Moody’s Faces Same Fate as S&P for Inflating Mortgage Securities
Published: February 3, 2015 / Author: Sputnik International commentary
Moody’s credit rating agency is headed down the same slippery slope towards federal litigation as its main peer, Standard & Poor’s (S&P), which is finalizing a $1.3 billion settlement with the Justice Department for fraudulent rating of financial instruments, experts told Sputnik.
“Like S&P, Moody issued ratings for mortgage-backed securities which turned out to be quite a bit too high, in retrospect. Hence, I suspect Moody’s will face a similar outcome as S&P,” Professor of Finance at the University of Notre Dame Paul Schultz told Sputnik on Monday.
The Justice Department has reportedly intensified its investigation of Moody’s in recent months to determine whether the firm compromised standards to win business from banking institutions in the run up to the 2008 financial collapse, the Wall Street Journal reported on Sunday.

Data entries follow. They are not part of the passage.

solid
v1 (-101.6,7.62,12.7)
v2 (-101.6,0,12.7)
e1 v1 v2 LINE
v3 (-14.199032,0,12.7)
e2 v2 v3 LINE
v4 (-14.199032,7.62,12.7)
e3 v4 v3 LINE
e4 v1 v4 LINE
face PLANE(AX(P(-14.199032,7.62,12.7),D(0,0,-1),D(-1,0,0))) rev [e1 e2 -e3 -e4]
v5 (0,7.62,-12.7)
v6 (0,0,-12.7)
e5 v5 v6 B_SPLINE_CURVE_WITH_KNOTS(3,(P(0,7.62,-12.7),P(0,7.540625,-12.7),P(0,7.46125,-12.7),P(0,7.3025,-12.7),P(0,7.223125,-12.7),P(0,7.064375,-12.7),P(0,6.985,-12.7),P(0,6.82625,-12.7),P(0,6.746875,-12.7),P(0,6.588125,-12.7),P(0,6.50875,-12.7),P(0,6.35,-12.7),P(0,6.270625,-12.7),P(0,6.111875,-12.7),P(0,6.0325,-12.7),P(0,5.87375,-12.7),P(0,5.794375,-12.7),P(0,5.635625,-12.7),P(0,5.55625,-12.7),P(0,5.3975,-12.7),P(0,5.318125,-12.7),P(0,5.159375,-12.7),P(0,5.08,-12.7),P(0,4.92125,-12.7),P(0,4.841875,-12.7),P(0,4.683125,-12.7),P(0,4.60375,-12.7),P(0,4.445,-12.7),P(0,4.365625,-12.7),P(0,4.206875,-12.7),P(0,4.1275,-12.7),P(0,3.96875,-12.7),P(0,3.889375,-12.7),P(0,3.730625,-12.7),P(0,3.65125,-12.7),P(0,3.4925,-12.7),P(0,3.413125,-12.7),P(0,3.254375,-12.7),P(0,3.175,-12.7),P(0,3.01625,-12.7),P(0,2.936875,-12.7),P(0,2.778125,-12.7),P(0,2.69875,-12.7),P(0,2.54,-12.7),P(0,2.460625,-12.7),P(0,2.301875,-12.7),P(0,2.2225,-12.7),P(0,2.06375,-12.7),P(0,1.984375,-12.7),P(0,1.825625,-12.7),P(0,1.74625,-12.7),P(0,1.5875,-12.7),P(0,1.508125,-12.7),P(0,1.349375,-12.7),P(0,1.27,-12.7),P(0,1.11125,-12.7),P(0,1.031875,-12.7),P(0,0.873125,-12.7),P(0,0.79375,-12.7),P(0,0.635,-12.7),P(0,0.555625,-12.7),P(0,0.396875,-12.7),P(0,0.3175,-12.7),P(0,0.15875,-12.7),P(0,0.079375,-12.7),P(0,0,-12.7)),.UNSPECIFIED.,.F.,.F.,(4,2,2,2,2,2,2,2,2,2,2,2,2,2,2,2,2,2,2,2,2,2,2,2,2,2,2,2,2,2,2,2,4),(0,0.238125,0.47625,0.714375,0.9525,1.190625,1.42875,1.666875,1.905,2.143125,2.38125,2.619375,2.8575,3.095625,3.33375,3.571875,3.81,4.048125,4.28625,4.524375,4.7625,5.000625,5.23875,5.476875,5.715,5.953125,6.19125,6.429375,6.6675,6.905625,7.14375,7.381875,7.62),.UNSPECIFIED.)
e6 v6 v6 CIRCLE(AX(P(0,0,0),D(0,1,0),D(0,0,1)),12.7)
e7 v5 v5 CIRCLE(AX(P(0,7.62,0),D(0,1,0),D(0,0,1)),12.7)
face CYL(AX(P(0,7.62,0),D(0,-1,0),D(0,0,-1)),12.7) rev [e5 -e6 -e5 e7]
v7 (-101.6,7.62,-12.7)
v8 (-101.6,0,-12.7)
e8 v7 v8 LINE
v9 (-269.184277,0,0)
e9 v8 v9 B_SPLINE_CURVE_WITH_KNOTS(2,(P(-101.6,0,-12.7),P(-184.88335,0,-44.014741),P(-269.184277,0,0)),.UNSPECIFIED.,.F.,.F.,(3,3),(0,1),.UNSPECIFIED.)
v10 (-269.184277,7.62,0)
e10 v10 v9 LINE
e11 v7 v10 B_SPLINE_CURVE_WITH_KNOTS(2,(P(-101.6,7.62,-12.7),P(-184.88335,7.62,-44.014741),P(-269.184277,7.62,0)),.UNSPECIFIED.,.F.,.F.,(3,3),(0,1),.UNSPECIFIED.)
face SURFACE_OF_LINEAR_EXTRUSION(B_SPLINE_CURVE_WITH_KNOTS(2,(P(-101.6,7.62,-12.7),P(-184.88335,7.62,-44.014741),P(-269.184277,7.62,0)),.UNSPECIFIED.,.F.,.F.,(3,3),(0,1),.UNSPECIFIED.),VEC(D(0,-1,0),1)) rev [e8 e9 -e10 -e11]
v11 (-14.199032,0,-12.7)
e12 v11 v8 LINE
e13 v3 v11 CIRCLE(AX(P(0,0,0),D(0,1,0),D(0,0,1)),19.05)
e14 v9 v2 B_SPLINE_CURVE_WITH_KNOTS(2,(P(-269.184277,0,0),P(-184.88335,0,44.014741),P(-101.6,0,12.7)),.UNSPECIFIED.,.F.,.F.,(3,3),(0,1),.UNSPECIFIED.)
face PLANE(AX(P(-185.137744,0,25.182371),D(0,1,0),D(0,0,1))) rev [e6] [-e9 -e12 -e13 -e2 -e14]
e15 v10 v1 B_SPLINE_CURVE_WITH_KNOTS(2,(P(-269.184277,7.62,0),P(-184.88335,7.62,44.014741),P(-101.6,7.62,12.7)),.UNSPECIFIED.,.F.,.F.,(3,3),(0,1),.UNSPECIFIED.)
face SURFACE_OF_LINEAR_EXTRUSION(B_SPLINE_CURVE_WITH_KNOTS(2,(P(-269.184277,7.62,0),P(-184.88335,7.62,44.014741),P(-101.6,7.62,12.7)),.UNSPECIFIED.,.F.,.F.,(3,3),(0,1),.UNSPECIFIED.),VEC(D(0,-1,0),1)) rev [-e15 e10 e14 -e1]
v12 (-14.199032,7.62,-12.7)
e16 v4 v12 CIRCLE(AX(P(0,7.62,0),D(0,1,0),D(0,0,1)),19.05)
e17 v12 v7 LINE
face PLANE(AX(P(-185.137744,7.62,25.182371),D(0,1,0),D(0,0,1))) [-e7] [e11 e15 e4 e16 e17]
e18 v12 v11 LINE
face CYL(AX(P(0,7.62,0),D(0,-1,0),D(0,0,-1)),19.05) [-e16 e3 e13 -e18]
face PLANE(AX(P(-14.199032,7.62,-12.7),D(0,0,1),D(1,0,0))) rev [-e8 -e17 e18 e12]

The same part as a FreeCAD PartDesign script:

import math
import FreeCAD as App
import Part
import Sketcher
Q = App.Units.Quantity

doc = App.newDocument("Part")
body = doc.addObject("PartDesign::Body", "Body")

sketch1 = body.newObject("Sketcher::SketchObject", "Sketch")
sketch1.AttachmentSupport = (doc.getObject("XZ_Plane"), [""])
sketch1.MapMode = "FlatFace"
sketch1.addGeometry([
    Part.LineSegment(App.Vector(-14.199032, -12.7, 0), App.Vector(-101.6, -12.7, 0)),
    Part.BSplineCurve([App.Vector(-101.6, -12.7, 0), App.Vector(-184.88335, -44.014741, 0), App.Vector(-269.184277, 0, 0)], [3, 3], [0, 1], False, 2, [1, 1, 1], False),
    Part.BSplineCurve([App.Vector(-101.6, 12.7, 0), App.Vector(-184.88335, 44.014741, 0), App.Vector(-269.184277, 0, 0)], [3, 3], [0, 1], False, 2, [1, 1, 1], False),
    Part.LineSegment(App.Vector(-101.6, 12.7, 0), App.Vector(-14.199032, 12.7, 0)),
    Part.ArcOfCircle(Part.Circle(App.Vector(0, 0, 0), App.Vector(0, 0, 1), 19.05), math.radians(-138.189685), math.radians(138.189685)),
    Part.Circle(App.Vector(0, 0, 0), App.Vector(0, 0, 1), 12.7),
], False)
sketch1.addConstraint([
    Sketcher.Constraint("Block", 1),
    Sketcher.Constraint("Block", 2),
    Sketcher.Constraint("Coincident", 0, 2, 1, 1),
    Sketcher.Constraint("Coincident", 2, 1, 3, 1),
    Sketcher.Constraint("Coincident", 3, 2, 4, 2),
    Sketcher.Constraint("Coincident", 4, 1, 0, 1),
    Sketcher.Constraint("Horizontal", 0),
    Sketcher.Constraint("Horizontal", 3),
    Sketcher.Constraint("Coincident", 4, 3, -1, 1),
    Sketcher.Constraint("Coincident", 5, 3, -1, 1),
    Sketcher.Constraint("Diameter", 5, Q("1 in")),
    Sketcher.Constraint("Radius", 4, Q("0.75 in")),
])
pad1 = body.newObject("PartDesign::Pad", "Pad")
pad1.Profile = sketch1
pad1.Length = Q("0.3 in")
pad1.Reversed = True

doc.recompute()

However, none of these development are hardly shocking to many, Schultz added.
“Wall Street isn’t terribly surprised that S&P and Moody’s are being indicted,” he added. “Everybody knows what happened with the highly-rated mortgage-backed securities in 2008 and 2009 and their reputation took a hit at that point.”

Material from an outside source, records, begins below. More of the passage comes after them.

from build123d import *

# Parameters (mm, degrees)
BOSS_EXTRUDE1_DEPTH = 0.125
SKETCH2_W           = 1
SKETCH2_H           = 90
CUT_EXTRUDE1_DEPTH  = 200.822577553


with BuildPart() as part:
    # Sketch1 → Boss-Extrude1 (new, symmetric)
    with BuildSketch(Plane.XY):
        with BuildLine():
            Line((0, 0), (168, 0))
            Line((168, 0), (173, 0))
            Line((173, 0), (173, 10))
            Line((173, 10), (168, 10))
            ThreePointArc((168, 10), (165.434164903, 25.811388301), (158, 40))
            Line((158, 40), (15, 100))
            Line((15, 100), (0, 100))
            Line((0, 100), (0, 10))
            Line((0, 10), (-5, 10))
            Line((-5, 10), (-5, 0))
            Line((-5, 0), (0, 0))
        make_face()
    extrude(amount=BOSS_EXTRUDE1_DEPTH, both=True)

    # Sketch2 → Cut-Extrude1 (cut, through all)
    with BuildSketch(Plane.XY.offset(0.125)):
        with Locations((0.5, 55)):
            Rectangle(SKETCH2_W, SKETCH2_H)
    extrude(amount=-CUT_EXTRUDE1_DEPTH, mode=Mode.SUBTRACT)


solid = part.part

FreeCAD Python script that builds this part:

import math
import FreeCAD as App
import Part
import Sketcher

V = App.Vector

doc = App.newDocument("Part")
body = doc.addObject("PartDesign::Body", "Body")

# Sketch on XY plane
sketch1 = doc.addObject("Sketcher::SketchObject", "Sketch")
body.addObject(sketch1)
sketch1.AttachmentSupport = (doc.XY_Plane, [""])
sketch1.MapMode = "FlatFace"
sketch1.addGeometry(Part.LineSegment(V(173, 0, 0), V(173, 10, 0)), False)
sketch1.addGeometry(Part.LineSegment(V(173, 10, 0), V(168, 10, 0)), False)
sketch1.addGeometry(Part.ArcOfCircle(Part.Circle(V(118, 10, 0), V(0, 0, 1), 50), math.radians(0), math.radians(37)), False)
sketch1.addGeometry(Part.LineSegment(V(158, 40, 0), V(15, 100, 0)), False)
sketch1.addGeometry(Part.LineSegment(V(15, 100, 0), V(0, 100, 0)), False)
sketch1.addGeometry(Part.LineSegment(V(0, 100, 0), V(0, 10, 0)), False)
sketch1.addGeometry(Part.LineSegment(V(0, 10, 0), V(-5, 10, 0)), False)
sketch1.addGeometry(Part.LineSegment(V(-5, 10, 0), V(-5, 0, 0)), False)
sketch1.addGeometry(Part.LineSegment(V(-5, 0, 0), V(173, 0, 0)), False)
sketch1.addConstraint(Sketcher.Constraint("Coincident", 0, 2, 1, 1))
sketch1.addConstraint(Sketcher.Constraint("Coincident", 1, 2, 2, 1))
sketch1.addConstraint(Sketcher.Constraint("Coincident", 2, 2, 3, 1))
sketch1.addConstraint(Sketcher.Constraint("Coincident", 3, 2, 4, 1))
sketch1.addConstraint(Sketcher.Constraint("Coincident", 4, 2, 5, 1))
sketch1.addConstraint(Sketcher.Constraint("Coincident", 5, 2, 6, 1))
sketch1.addConstraint(Sketcher.Constraint("Coincident", 6, 2, 7, 1))
sketch1.addConstraint(Sketcher.Constraint("Coincident", 7, 2, 8, 1))
sketch1.addConstraint(Sketcher.Constraint("Coincident", 8, 2, 0, 1))
sketch1.addConstraint(Sketcher.Constraint("Vertical", 0))
sketch1.addConstraint(Sketcher.Constraint("Horizontal", 1))
sketch1.addConstraint(Sketcher.Constraint("Horizontal", 4))
sketch1.addConstraint(Sketcher.Constraint("Vertical", 5))
sketch1.addConstraint(Sketcher.Constraint("Horizontal", 6))
sketch1.addConstraint(Sketcher.Constraint("Vertical", 7))
sketch1.addConstraint(Sketcher.Constraint("Horizontal", 8))
sketch1.addConstraint(Sketcher.Constraint("PointOnObject", 4, 2, -2))
sketch1.addConstraint(Sketcher.Constraint("PointOnObject", 7, 2, -1))
sketch1.addConstraint(Sketcher.Constraint("Horizontal", 2, 3, 0, 2))
sketch1.addConstraint(Sketcher.Constraint("Horizontal", 1, 2, 5, 2))
sketch1.addConstraint(Sketcher.Constraint("Equal", 1, 6))
sketch1.addConstraint(Sketcher.Constraint("Radius", 2, 50.0))
sketch1.addConstraint(Sketcher.Constraint("DistanceX", 1, 2, 1, 1, 5.0))
sketch1.addConstraint(Sketcher.Constraint("DistanceX", 4, 2, 4, 1, 15.0))
sketch1.addConstraint(Sketcher.Constraint("DistanceX", 8, 1, 8, 2, 178.0))
sketch1.addConstraint(Sketcher.Constraint("DistanceY", 0, 1, 0, 2, 10.0))
sketch1.addConstraint(Sketcher.Constraint("DistanceY", 5, 2, 5, 1, 90.0))
sketch1.addConstraint(Sketcher.Constraint("DistanceX", -1, 1, 2, 2, 158.0))
pad1 = doc.addObject("PartDesign::Pad", "Pad")
body.addObject(pad1)
pad1.Profile = sketch1
pad1.Length = 0.25
pad1.Midplane = True

# Sketch on XY plane
sketch2 = doc.addObject("Sketcher::SketchObject", "Sketch001")
body.addObject(sketch2)
sketch2.AttachmentSupport = (doc.XY_Plane, [""])
sketch2.MapMode = "FlatFace"
sketch2.AttachmentOffset = App.Placement(V(0, 0, 0.125), App.Rotation())
sketch2.addGeometry(Part.LineSegment(V(0, 100, 0), V(0, 10, 0)), False)
sketch2.addGeometry(Part.LineSegment(V(0, 10, 0), V(1, 10, 0)), False)
sketch2.addGeometry(Part.LineSegment(V(1, 10, 0), V(1, 100, 0)), False)
sketch2.addGeometry(Part.LineSegment(V(1, 100, 0), V(0, 100, 0)), False)
sketch2.addConstraint(Sketcher.Constraint("Coincident", 0, 2, 1, 1))
sketch2.addConstraint(Sketcher.Constraint("Coincident", 1, 2, 2, 1))
sketch2.addConstraint(Sketcher.Constraint("Coincident", 2, 2, 3, 1))
sketch2.addConstraint(Sketcher.Constraint("Coincident", 3, 2, 0, 1))
sketch2.addConstraint(Sketcher.Constraint("Vertical", 0))
sketch2.addConstraint(Sketcher.Constraint("Horizontal", 1))
sketch2.addConstraint(Sketcher.Constraint("Vertical", 2))
sketch2.addConstraint(Sketcher.Constraint("Horizontal", 3))
sketch2.addConstraint(Sketcher.Constraint("PointOnObject", 0, 2, -2))
sketch2.addConstraint(Sketcher.Constraint("DistanceX", 1, 1, 1, 2, 1.0))
sketch2.addConstraint(Sketcher.Constraint("DistanceY", 0, 2, 0, 1, 90.0))
sketch2.addConstraint(Sketcher.Constraint("DistanceY", -1, 1, 0, 2, 10.0))
pocket1 = doc.addObject("PartDesign::Pocket", "Pocket")
body.addObject(pocket1)
pocket1.Profile = sketch2
pocket1.Type = "ThroughAll"

doc.recompute()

According to Associate Professor of Law at George Washington University, Jeffrey Manns, the United States appears to be using the S&P approach as a “test case” to then be applied against Moody’s.
“The federal government’s pending $1.37 billion settlement with Standard & Poor’s has paved the way for the government to turn its attention to similar concerns about Moody’s past conduct,” Manns explained.
Thomas O. Gorman, an attorney who specializes in financial fraud, came to the same conclusion regarding the parallels involved and expects the same outcome.
“I understand that the theories being considered by the Government are similar to those involved in S&P. Assuming the facts are similar, I would expect that the settlements will be comparable,” Gorman said.
The Department of Justice told Sputnik Monday it “has no comment” on the issue.
New York-based Moody’s is the world’s second-largest credit rating agency after Standard & Poor’s. According to the US Securities and Exchange Commission (SEC), S&P had deliberately inflated grades of risky mortgage securities, and the agency was subsequently banned from grading bonds backed by commercial mortgages for one year.